§ **AIM OF THE EXERCISE**
Exactly as they appear below, repeat the lines from the one with "#109=ADVANCED_FACE('',(#106),#108,.T.);" through the one with "Rebuilt in FreeCAD, every", and no others.

§ **GIVEN ENTRIES**
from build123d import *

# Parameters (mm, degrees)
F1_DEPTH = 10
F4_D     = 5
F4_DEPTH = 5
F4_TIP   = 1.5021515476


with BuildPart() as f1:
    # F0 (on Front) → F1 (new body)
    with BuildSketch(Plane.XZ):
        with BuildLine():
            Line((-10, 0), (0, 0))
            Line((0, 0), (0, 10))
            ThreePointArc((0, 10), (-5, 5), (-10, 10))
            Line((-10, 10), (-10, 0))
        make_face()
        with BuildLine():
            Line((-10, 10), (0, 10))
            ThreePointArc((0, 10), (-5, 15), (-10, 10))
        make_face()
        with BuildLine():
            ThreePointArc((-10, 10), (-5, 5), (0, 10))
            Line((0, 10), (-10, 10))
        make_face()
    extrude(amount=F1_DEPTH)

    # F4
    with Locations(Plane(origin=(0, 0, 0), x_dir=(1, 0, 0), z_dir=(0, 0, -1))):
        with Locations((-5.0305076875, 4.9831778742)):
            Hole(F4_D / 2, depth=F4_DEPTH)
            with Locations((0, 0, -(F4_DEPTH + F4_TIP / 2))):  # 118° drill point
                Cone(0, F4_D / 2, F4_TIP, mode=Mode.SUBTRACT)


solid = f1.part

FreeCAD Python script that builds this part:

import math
import FreeCAD as App
import Part
import Sketcher
from FreeCAD import Vector

doc = App.newDocument("Part")
body = doc.addObject("PartDesign::Body", "Body")

# Sketch on XZ plane
sketch1 = doc.addObject("Sketcher::SketchObject", "Sketch")
body.addObject(sketch1)
sketch1.AttachmentSupport = (doc.XZ_Plane, [""])
sketch1.MapMode = "FlatFace"
sketch1.addGeometry(Part.LineSegment(Vector(-10, 0, 0), Vector(0, 0, 0)), False)
sketch1.addGeometry(Part.LineSegment(Vector(0, 0, 0), Vector(0, 10, 0)), False)
sketch1.addGeometry(Part.ArcOfCircle(Part.Circle(Vector(-5, 10, 0), Vector(0, 0, 1), 5), math.radians(0), math.radians(180)), False)
sketch1.addGeometry(Part.LineSegment(Vector(-10, 10, 0), Vector(-10, 0, 0)), False)
sketch1.addConstraint(Sketcher.Constraint("Coincident", 0, 2, 1, 1))
sketch1.addConstraint(Sketcher.Constraint("Tangent", 1, 2, 2, 1))
sketch1.addConstraint(Sketcher.Constraint("Tangent", 2, 2, 3, 1))
sketch1.addConstraint(Sketcher.Constraint("Coincident", 3, 2, 0, 1))
sketch1.addConstraint(Sketcher.Constraint("Horizontal", 0))
sketch1.addConstraint(Sketcher.Constraint("Vertical", 1))
sketch1.addConstraint(Sketcher.Constraint("Vertical", 3))
sketch1.addConstraint(Sketcher.Constraint("Coincident", 0, 2, -1, 1))
sketch1.addConstraint(Sketcher.Constraint("Equal", 0, 1))
sketch1.addConstraint(Sketcher.Constraint("Radius", 2, 5.0))
pad1 = doc.addObject("PartDesign::Pad", "Pad")
body.addObject(pad1)
pad1.Profile = sketch1
pad1.Length = 10

# Sketch on XY plane
sketch2 = doc.addObject("Sketcher::SketchObject", "Sketch001")
body.addObject(sketch2)
sketch2.AttachmentSupport = (doc.XY_Plane, [""])
sketch2.MapMode = "FlatFace"
sketch2.addGeometry(Part.Circle(Vector(-5, -5, 0), Vector(0, 0, 1), 2.5), False)
sketch2.addConstraint(Sketcher.Constraint("Diameter", 0, 5.0))
sketch2.addConstraint(Sketcher.Constraint("DistanceX", 0, 3, -1, 1, 5.030508))
sketch2.addConstraint(Sketcher.Constraint("DistanceY", 0, 3, -1, 1, 4.983178))
doc.recompute()
hole = doc.addObject("PartDesign::Hole", "Hole")
body.addObject(hole)
hole.Profile = sketch2
hole.ThreadType = "None"
hole.Diameter = 5
hole.DepthType = "Dimension"
hole.Depth = 5
hole.DrillPoint = "Angled"
hole.DrillPointAngle = 118
hole.Reversed = True

doc.recompute()
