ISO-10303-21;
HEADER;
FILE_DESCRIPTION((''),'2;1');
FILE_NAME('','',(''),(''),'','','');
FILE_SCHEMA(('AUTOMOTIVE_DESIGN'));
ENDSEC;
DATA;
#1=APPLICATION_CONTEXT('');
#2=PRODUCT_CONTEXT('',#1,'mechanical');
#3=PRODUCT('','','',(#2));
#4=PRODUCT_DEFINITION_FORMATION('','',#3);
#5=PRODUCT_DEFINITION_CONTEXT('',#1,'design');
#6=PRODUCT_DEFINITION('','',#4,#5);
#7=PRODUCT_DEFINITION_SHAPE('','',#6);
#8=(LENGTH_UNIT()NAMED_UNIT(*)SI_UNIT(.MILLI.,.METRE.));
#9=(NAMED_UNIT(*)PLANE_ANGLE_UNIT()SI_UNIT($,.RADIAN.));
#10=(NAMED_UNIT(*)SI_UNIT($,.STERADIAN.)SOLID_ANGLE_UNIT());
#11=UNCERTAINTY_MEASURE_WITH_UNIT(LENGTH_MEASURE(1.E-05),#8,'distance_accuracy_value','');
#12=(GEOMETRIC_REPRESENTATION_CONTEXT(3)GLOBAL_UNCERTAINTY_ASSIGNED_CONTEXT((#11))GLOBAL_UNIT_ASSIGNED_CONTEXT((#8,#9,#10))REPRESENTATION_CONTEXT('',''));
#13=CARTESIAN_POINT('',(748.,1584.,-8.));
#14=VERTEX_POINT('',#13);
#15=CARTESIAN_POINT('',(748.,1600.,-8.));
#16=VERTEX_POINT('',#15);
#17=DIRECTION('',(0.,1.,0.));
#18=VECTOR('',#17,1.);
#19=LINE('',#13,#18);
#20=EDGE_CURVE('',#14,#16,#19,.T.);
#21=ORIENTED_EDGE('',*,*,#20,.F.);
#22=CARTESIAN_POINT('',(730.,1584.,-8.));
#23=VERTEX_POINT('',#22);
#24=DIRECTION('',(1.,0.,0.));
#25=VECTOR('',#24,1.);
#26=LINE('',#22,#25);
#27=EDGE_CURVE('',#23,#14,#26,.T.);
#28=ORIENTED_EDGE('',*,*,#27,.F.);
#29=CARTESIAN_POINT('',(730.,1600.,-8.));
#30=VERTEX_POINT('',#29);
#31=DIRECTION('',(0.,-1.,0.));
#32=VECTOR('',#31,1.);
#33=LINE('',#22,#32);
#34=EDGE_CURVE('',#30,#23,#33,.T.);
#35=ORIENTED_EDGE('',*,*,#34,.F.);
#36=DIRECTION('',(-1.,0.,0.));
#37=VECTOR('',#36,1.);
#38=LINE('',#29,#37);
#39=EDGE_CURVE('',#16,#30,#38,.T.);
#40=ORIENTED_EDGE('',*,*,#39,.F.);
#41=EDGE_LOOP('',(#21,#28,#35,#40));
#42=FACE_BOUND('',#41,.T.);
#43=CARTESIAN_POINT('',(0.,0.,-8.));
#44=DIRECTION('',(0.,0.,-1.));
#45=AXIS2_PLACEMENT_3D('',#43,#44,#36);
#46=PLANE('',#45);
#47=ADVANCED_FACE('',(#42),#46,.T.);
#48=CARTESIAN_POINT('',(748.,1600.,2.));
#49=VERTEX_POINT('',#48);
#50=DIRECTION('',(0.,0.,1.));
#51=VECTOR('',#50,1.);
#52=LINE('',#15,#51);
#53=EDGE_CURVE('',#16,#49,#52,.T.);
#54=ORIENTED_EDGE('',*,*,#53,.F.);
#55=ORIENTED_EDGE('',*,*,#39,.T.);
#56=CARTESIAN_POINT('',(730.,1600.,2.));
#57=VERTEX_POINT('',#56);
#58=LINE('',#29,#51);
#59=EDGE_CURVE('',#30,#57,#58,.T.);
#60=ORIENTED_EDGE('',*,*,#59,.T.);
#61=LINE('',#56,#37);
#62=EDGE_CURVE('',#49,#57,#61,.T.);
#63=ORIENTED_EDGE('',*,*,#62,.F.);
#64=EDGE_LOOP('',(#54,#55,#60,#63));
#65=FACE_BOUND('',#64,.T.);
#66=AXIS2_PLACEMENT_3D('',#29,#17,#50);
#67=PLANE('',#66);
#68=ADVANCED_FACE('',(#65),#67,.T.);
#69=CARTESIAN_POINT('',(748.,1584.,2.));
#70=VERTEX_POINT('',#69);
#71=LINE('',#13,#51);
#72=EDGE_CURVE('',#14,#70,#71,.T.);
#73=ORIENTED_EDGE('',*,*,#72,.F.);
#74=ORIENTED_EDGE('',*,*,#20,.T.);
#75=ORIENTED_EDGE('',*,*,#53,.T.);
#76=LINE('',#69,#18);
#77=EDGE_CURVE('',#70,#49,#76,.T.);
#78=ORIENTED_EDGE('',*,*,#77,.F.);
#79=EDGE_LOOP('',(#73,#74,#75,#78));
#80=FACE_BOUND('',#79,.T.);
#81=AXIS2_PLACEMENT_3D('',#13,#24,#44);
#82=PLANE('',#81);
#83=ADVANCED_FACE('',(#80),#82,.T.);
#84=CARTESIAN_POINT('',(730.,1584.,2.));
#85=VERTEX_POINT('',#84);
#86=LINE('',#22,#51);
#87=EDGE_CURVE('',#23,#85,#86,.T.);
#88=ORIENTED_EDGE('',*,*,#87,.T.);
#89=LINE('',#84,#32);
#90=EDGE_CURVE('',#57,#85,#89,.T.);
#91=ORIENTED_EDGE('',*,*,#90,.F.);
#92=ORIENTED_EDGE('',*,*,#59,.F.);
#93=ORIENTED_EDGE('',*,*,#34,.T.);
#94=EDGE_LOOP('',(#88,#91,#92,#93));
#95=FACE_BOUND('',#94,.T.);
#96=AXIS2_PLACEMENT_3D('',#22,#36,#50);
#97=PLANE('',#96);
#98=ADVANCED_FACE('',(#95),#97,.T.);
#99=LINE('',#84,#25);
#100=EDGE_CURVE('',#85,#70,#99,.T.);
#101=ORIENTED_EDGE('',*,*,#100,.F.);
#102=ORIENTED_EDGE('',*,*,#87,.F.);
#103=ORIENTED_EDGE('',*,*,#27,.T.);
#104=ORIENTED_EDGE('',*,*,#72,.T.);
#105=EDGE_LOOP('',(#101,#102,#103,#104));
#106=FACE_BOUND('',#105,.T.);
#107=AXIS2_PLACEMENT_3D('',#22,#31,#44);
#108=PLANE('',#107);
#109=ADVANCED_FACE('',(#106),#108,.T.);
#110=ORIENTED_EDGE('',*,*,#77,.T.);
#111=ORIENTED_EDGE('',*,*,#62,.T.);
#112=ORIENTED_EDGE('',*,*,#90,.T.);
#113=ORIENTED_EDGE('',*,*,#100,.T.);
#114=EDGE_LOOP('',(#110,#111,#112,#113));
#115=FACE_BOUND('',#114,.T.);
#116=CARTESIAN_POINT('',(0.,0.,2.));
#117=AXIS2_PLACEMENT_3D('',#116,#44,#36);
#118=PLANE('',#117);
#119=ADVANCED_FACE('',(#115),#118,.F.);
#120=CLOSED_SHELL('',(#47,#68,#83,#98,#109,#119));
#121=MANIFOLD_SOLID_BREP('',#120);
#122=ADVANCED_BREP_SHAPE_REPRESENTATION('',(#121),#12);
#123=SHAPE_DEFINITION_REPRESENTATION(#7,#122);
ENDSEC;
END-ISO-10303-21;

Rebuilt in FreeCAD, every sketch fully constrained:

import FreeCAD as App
import Part
import Sketcher
from FreeCAD import Vector
Q = App.Units.Quantity


def add_polygon(sketch, points):
    """Adds a closed chain of lines whose ends are joined by coincident constraints."""
    first, n = sketch.GeometryCount, len(points)
    for a, b in zip(points, points[1:] + points[:1]):
        sketch.addGeometry(Part.LineSegment(App.Vector(*a, 0), App.Vector(*b, 0)), False)
    for i in range(n):
        sketch.addConstraint(Sketcher.Constraint("Coincident", first + i, 2, first + (i + 1) % n, 1))

doc = App.newDocument("Part")
body = doc.addObject("PartDesign::Body", "Body")

# Sketch on XY plane
sketch1 = body.newObject("Sketcher::SketchObject", "Sketch")
sketch1.AttachmentSupport = (doc.getObject("XY_Plane"), [""])
sketch1.MapMode = "FlatFace"
sketch1.AttachmentOffset = App.Placement(Vector(0, 0, 2), App.Rotation())
add_polygon(sketch1, [(730, 1600), (730, 1584), (748, 1584), (748, 1600)])  # lines 0-3
sketch1.addConstraint([
    Sketcher.Constraint("Vertical", 0),
    Sketcher.Constraint("Horizontal", 1),
    Sketcher.Constraint("Vertical", 2),
    Sketcher.Constraint("Horizontal", 3),
    Sketcher.Constraint("DistanceX", 1, 1, 1, 2, Q("18 mm")),
    Sketcher.Constraint("DistanceY", 0, 2, 0, 1, Q("16 mm")),
    Sketcher.Constraint("DistanceX", -1, 1, 0, 2, Q("730 mm")),
    Sketcher.Constraint("DistanceY", -1, 1, 0, 2, Q("1584 mm")),
])
pad1 = body.newObject("PartDesign::Pad", "Pad")
pad1.Profile = sketch1
pad1.Length = 10
pad1.Reversed = True

doc.recompute()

§ **FINISHED EXERCISE**
#109=ADVANCED_FACE('',(#106),#108,.T.);
#110=ORIENTED_EDGE('',*,*,#77,.T.);
#111=ORIENTED_EDGE('',*,*,#62,.T.);
#112=ORIENTED_EDGE('',*,*,#90,.T.);
#113=ORIENTED_EDGE('',*,*,#100,.T.);
#114=EDGE_LOOP('',(#110,#111,#112,#113));
#115=FACE_BOUND('',#114,.T.);
#116=CARTESIAN_POINT('',(0.,0.,2.));
#117=AXIS2_PLACEMENT_3D('',#116,#44,#36);
#118=PLANE('',#117);
#119=ADVANCED_FACE('',(#115),#118,.F.);
#120=CLOSED_SHELL('',(#47,#68,#83,#98,#109,#119));
#121=MANIFOLD_SOLID_BREP('',#120);
#122=ADVANCED_BREP_SHAPE_REPRESENTATION('',(#121),#12);
#123=SHAPE_DEFINITION_REPRESENTATION(#7,#122);
ENDSEC;
END-ISO-10303-21;

Rebuilt in FreeCAD, every sketch fully constrained:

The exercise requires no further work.